PhD defense of Faisal AHMAD of Laboratoire Rhéologie et Procédés (LRP) and TIMC PRETA, on September, the 29th at 01:45pm:

" Investigating gastrointestinal function at macro and micro scales: Insights from fluid dynamics models. "
 

Jury :

• Clément DE LOUBENS, Chargé de recherche, Université Grenoble Alpes - Supervisor de thèse
• Stéphane TANGUY, maître de conférence, HDR, Université Grenoble Alpes - Co-supervisor de thèse
• Valérie DEPLANO, Directrice de recherche, CNRS Marseille - Reporter
• Aline BEL-BRUNON, Maîtresse de conférence, HDR, INSA Lyon - Reporter
• Philippe PEYLA, Professeur des Universités, Université Grenoble Alpes - Examiner 

  Key words

microfluidics ; fluid-structure interactions ; rheology ; biofluidics ; biomechanics ; soft matter

  Abstract

The gastrointestinal (GI) tract plays a crucial role in the digestion and absorption of nutrients. The complex motility of the GI tract is driven by its own motor activity. Smooth muscle motility is essential for food breakdown, mixing with secretions, nutrient absorption, and the transport of digesta along the GI tract. Despite its importance, many aspects of its biomechanics are not well understood. Therefore, mechanistic models are required to gain more insights into the function of the GI tract. In this thesis, we focus on two main aspects by coupling computational fluid dynamics (CFD) with experimental imaging techniques. The first one is related to the flow of complex fluids, the feces, in the rectum. The second one involves flow phenomena at microscopic scales due to the presence of small-scale active structures in the small intestine, the villi.

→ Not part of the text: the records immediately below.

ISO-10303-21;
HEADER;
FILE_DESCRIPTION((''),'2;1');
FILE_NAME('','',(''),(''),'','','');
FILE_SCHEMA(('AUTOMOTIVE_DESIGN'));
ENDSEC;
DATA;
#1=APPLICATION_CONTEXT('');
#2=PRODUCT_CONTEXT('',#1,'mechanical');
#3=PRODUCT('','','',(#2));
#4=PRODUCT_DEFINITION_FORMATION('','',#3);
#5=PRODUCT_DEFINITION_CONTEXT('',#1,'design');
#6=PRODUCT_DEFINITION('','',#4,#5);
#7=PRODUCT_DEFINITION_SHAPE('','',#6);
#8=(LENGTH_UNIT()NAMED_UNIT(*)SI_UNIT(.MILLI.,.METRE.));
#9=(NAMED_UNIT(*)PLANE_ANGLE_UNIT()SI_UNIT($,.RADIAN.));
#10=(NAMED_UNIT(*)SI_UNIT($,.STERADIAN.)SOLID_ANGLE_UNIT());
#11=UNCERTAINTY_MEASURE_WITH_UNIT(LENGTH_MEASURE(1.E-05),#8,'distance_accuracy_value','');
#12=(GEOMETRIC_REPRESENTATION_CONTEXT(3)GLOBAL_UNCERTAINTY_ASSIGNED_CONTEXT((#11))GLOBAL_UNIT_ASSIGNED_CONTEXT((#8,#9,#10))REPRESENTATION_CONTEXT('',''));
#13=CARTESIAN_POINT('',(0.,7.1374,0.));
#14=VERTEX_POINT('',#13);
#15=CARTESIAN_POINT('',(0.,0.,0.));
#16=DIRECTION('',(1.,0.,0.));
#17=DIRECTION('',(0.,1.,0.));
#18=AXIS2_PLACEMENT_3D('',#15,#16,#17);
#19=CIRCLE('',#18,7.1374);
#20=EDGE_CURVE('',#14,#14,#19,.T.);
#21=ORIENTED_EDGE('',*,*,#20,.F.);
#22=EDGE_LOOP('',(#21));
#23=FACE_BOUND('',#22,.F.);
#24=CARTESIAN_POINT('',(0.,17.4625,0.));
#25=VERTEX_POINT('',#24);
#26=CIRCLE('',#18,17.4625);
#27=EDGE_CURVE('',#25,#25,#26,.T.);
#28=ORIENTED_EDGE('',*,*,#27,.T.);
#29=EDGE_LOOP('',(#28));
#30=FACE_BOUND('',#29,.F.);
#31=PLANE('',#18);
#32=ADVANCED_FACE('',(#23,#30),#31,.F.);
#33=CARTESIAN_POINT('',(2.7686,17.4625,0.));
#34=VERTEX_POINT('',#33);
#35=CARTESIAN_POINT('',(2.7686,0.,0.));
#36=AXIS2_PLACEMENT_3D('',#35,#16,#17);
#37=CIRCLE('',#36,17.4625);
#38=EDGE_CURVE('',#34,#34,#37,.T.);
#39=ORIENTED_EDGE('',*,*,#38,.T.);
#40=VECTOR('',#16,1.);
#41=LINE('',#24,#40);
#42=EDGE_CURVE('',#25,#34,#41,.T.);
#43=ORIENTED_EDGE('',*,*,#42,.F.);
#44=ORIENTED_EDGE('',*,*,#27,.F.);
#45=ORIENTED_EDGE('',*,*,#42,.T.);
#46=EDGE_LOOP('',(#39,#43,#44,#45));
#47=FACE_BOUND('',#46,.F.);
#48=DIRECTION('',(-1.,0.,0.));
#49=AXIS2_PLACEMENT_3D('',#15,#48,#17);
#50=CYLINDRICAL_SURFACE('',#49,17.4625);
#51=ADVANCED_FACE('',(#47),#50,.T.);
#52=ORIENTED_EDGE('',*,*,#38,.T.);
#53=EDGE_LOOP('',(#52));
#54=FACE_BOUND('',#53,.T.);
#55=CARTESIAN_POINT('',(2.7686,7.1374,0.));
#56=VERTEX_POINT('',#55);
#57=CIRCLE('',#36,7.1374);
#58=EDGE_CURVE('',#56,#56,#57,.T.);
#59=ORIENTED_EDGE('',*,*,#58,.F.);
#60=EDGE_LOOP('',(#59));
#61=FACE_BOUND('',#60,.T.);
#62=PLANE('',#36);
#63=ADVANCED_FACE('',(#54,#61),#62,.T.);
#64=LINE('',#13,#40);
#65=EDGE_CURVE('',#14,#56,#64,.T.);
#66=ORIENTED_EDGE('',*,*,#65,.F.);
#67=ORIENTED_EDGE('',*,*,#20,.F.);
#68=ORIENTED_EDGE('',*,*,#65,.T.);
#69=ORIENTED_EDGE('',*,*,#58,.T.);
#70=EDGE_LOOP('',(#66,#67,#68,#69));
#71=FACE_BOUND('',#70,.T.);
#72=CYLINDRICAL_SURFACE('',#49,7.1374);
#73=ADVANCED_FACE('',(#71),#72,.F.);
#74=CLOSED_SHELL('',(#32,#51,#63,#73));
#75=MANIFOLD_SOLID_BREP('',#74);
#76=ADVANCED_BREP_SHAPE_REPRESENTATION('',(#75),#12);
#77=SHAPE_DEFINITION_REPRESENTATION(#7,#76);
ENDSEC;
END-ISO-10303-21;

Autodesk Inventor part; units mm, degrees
ref_plane "YZ Plane" through (0, 0, 0) normal (1, 0, 0) x (0, 1, 0)
ref_plane "XZ Plane" through (0, 0, 0) normal (0, 1, 0) x (-1, 0, 0)
sketch "Sketch" plane through (0, 0, 0) normal (1, 0, 0) x (0, 1, 0)
  circle A0 centre (0, 0) radius 17.4625
  circle A1 centre (0, 0) radius 7.1374
  dimension "d0" = 14.2748
  dimension "d1" = 34.925
extrude "Body" add sketch "Sketch" along normal blind 2.7686
ref_plane "Work Plane1" through (0, 0, 0) normal (0, 0, 1) x (1, 0, 0)
equation "\"d0\" = SD1"
equation "\"d1\" = SD2"
equation "\"d2\" = SD"
equation "\"SD1\" = 14.2748"
equation "\"SD2\" = 34.925"
equation "\"SD\" = 2.7686"
equation "\"NND\" = 12.7"
properties part number "ANSI B18.22.1 - 1/2 - wide - Type A" material "Steel, Mild"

Firstly, we develop a patient-specific two-dimensional (2D) CFD model of rectal evacuation by combining video-defecography and a lattice-Boltzmann flow solver. The video-defecographies are carried out with a neo-stool with a soft feces-like rheology which was modelled as a yield stress fluid. In normal defecation, the simulated pressure field demonstrates near homogeneity within the rectal cavity, with a gradient observed from the anorectal junction to the anal canal. Consequently, the pressure loss is attributed to the flow of feces through the anorectal junction and anal canal. The pressure gradient is controlled by the shear-thinning properties of the neo-stool rather than its yield stress, resulting in strongly non-linear pressure-flow rate relationships. Pressure fields for patients showing impaired defecation are also simulated. Comparisons with normal patients reveal potential dysfunction in rectal wall contractility for certain individuals.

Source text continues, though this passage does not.